» **YOUR GOAL**: In the records below, find the line with "#102=EDGE_CURVE('',#95,#73,#101,.T.);" and the line with "#108=ADVANCED_FACE('',(#105),#107,.T.);". Print both exactly, along with every line between them, and no other line.
▼▼▼
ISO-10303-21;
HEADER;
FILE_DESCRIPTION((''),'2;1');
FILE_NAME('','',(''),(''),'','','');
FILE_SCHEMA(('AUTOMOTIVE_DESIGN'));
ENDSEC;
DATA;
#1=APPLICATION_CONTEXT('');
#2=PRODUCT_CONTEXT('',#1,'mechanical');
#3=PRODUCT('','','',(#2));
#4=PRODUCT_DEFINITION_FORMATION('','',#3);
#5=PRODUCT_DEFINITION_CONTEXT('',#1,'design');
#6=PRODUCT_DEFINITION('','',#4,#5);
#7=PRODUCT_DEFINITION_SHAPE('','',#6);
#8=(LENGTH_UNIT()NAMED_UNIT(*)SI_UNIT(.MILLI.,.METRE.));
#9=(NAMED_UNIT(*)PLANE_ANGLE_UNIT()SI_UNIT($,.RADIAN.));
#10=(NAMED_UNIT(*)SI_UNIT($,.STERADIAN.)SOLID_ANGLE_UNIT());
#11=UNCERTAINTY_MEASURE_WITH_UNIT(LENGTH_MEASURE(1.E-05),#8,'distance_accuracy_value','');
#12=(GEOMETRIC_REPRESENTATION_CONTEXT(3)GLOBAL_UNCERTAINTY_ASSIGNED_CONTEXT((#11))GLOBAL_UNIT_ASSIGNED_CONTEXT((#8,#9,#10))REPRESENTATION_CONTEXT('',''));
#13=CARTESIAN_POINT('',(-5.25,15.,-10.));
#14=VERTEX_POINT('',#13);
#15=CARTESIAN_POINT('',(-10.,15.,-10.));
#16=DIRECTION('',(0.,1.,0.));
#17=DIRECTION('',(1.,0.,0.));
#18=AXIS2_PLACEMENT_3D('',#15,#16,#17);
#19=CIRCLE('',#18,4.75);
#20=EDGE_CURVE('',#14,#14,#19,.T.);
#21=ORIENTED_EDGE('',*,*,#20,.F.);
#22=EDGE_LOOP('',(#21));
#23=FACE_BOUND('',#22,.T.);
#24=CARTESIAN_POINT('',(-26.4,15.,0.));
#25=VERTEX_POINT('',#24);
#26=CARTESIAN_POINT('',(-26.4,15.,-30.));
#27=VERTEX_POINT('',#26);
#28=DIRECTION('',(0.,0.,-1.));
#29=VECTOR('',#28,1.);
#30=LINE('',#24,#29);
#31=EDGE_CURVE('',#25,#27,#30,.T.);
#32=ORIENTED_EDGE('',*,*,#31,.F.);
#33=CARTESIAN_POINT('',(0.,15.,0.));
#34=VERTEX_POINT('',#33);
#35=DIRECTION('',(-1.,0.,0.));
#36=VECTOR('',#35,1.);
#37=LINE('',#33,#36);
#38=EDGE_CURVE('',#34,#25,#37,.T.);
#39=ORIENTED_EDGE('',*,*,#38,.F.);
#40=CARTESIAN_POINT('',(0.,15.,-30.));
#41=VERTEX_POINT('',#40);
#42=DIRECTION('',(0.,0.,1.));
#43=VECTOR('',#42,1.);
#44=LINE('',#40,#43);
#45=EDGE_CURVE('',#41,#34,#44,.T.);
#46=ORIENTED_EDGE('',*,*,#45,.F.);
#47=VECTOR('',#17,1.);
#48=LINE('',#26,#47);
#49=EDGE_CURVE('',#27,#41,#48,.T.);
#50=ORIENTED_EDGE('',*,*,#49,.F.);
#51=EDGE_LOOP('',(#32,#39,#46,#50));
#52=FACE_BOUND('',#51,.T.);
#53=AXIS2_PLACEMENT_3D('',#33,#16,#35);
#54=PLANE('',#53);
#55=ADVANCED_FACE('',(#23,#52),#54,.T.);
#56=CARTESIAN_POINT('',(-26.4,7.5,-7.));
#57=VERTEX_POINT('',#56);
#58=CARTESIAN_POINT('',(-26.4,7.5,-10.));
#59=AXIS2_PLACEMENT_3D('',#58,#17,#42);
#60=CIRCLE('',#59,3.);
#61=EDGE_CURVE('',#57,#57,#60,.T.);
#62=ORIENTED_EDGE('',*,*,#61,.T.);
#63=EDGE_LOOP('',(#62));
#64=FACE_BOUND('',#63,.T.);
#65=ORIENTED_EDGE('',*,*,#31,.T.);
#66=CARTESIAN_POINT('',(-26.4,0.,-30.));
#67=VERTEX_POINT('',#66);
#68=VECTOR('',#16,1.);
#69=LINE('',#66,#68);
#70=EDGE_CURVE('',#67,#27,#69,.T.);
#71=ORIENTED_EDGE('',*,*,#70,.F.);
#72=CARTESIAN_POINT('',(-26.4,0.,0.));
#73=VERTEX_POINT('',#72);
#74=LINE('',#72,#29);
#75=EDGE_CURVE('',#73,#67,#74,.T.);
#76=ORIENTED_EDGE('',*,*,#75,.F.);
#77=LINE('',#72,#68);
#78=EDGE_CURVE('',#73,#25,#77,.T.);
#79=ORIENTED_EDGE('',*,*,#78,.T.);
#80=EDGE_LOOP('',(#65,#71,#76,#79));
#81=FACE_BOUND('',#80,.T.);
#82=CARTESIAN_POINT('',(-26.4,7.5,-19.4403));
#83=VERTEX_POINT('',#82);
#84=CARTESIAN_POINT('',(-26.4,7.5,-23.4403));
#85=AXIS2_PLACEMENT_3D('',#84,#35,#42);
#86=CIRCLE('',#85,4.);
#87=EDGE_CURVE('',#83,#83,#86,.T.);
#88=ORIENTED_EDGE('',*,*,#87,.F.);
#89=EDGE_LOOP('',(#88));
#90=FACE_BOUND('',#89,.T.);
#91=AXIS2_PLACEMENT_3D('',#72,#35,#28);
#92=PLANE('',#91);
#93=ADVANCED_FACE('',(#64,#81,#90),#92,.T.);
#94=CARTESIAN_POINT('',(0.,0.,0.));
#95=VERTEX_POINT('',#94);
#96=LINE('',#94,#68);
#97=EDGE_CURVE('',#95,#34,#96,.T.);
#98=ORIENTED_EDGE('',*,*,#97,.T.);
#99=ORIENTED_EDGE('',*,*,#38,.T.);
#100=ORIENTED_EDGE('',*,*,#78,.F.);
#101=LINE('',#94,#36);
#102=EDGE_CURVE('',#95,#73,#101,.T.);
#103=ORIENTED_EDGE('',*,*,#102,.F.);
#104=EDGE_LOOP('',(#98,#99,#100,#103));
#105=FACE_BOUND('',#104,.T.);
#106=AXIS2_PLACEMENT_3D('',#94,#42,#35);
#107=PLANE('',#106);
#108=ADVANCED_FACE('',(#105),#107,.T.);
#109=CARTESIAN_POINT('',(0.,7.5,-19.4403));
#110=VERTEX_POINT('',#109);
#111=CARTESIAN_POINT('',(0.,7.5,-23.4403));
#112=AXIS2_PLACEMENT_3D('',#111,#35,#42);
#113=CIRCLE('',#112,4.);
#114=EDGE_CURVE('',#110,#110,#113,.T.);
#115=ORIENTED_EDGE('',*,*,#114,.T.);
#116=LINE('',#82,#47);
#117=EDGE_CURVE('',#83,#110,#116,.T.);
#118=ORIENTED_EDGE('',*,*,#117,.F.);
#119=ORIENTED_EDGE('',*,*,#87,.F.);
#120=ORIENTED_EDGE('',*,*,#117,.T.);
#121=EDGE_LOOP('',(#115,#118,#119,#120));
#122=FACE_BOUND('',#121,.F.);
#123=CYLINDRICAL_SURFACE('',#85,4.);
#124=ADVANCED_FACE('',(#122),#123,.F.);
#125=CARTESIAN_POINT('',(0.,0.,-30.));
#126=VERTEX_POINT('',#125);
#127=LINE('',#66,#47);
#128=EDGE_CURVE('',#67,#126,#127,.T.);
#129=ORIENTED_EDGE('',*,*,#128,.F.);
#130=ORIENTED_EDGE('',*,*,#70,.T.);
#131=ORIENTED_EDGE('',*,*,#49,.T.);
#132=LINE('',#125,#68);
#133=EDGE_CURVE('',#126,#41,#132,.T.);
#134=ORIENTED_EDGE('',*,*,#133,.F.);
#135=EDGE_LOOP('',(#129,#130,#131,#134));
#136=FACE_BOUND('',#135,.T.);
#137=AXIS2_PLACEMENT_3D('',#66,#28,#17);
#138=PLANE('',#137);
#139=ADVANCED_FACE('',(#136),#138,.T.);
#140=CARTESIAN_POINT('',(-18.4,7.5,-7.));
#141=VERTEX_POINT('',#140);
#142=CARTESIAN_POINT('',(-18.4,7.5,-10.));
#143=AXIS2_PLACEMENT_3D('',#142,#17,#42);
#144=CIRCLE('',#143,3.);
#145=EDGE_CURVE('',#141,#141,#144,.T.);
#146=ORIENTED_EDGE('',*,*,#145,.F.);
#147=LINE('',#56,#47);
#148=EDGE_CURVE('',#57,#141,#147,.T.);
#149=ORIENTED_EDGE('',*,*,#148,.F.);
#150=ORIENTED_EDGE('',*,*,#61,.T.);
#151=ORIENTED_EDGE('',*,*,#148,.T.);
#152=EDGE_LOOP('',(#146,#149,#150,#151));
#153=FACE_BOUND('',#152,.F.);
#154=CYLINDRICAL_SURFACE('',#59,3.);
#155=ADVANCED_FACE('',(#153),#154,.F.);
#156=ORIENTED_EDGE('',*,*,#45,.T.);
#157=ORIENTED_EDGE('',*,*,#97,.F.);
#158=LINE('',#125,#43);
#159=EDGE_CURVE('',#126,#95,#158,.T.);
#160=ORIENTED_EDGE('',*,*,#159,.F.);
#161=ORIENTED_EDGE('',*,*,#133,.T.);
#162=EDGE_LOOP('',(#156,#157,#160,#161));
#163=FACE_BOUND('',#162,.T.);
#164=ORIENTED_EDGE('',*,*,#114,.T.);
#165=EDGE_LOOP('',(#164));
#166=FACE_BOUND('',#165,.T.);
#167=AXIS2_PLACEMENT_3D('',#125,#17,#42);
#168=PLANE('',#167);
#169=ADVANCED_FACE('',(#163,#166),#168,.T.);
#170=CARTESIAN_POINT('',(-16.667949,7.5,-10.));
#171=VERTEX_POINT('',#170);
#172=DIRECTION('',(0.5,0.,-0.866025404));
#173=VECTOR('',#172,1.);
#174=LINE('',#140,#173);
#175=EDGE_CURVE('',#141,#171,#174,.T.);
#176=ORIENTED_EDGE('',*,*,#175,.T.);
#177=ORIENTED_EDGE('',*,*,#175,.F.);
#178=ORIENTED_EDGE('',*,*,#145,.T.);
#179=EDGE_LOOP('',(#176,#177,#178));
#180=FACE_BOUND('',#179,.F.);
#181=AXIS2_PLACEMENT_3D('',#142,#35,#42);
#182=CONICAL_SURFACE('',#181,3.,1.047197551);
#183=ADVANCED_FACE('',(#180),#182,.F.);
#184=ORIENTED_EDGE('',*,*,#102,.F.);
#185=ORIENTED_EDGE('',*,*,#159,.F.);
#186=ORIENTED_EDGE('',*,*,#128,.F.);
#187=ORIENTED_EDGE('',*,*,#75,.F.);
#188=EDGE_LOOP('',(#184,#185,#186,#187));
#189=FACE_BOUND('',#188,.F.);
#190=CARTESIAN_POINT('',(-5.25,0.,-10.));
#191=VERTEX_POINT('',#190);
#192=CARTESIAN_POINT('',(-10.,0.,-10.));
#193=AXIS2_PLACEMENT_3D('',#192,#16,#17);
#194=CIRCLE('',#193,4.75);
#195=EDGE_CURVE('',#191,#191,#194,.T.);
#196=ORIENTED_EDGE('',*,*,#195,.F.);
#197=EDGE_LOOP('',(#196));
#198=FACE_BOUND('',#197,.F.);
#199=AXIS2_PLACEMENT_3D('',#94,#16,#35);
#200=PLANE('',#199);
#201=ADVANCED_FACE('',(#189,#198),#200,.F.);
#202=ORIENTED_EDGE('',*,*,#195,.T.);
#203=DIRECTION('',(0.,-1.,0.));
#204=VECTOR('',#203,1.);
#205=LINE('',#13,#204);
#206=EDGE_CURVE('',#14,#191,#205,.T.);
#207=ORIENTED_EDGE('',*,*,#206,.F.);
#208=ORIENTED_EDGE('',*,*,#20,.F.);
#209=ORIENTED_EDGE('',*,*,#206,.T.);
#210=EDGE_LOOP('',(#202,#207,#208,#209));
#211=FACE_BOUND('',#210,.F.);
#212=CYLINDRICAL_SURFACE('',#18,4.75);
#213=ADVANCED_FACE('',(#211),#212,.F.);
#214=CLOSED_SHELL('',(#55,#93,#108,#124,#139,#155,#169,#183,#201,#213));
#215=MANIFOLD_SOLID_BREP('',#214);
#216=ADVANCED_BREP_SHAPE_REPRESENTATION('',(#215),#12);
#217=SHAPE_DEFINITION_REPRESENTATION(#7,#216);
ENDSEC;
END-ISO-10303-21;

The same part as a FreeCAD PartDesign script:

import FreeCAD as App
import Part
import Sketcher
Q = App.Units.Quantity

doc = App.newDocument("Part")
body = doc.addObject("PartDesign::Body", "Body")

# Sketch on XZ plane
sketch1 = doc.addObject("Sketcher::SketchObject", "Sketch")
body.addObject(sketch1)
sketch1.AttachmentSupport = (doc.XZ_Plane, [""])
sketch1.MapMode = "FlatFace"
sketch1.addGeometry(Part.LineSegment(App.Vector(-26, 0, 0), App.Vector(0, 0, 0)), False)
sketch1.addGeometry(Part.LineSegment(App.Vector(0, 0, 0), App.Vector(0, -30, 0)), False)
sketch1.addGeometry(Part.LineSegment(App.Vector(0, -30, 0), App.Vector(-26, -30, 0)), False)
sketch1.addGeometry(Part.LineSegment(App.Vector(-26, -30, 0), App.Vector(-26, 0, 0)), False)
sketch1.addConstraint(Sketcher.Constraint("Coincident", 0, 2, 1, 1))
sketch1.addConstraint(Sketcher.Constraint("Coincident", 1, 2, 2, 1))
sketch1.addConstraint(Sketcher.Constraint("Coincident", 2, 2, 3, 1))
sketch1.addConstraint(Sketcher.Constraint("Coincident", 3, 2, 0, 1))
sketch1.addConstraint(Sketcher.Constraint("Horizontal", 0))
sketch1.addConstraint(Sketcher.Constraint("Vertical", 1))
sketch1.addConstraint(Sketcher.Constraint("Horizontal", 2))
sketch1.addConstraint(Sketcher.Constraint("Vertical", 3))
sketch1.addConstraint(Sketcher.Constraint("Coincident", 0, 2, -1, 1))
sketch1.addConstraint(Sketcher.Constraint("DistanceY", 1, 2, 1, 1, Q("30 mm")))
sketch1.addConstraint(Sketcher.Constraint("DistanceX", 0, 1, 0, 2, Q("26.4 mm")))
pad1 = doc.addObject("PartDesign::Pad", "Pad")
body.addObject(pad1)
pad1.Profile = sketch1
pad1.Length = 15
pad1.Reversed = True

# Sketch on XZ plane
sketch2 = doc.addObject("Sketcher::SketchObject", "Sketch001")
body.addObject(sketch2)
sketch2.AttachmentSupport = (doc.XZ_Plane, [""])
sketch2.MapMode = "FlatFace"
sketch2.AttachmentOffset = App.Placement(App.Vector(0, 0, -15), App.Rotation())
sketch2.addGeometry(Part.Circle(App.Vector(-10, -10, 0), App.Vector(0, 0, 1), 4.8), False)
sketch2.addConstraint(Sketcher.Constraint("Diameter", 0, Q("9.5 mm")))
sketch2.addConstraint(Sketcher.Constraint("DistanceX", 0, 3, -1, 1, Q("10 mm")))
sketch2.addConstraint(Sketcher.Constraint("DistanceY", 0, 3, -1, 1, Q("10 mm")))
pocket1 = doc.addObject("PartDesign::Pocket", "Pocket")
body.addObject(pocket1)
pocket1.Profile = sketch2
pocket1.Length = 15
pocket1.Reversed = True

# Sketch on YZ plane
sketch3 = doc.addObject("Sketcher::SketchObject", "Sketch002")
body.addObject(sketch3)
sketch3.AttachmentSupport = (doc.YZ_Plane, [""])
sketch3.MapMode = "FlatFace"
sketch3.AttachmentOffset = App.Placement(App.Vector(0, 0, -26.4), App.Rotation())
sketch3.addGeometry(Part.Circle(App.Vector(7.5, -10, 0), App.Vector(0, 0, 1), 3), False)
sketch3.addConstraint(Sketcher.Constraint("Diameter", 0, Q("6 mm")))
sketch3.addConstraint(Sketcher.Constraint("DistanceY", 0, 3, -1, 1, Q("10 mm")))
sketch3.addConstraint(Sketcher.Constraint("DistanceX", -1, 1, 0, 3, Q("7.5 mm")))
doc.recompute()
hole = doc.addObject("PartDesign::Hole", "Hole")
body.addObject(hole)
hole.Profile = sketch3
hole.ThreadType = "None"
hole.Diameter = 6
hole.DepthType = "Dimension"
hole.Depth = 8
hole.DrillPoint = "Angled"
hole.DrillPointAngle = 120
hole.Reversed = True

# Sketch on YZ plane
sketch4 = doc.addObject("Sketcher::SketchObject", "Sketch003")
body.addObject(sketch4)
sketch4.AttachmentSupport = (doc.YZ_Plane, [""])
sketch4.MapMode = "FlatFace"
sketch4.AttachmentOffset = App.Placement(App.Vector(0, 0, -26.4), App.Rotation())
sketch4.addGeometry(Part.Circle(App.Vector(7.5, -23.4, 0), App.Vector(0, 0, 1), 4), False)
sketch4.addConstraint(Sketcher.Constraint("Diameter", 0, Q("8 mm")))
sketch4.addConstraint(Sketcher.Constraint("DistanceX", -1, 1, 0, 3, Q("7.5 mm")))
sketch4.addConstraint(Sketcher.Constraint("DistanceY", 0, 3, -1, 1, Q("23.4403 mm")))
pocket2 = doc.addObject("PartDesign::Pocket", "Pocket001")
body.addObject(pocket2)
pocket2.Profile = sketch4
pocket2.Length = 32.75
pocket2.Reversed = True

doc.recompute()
▲▲▲
» **ANSWER AREA**:
#102=EDGE_CURVE('',#95,#73,#101,.T.);
#103=ORIENTED_EDGE('',*,*,#102,.F.);
#104=EDGE_LOOP('',(#98,#99,#100,#103));
#105=FACE_BOUND('',#104,.T.);
#106=AXIS2_PLACEMENT_3D('',#94,#42,#35);
#107=PLANE('',#106);
#108=ADVANCED_FACE('',(#105),#107,.T.);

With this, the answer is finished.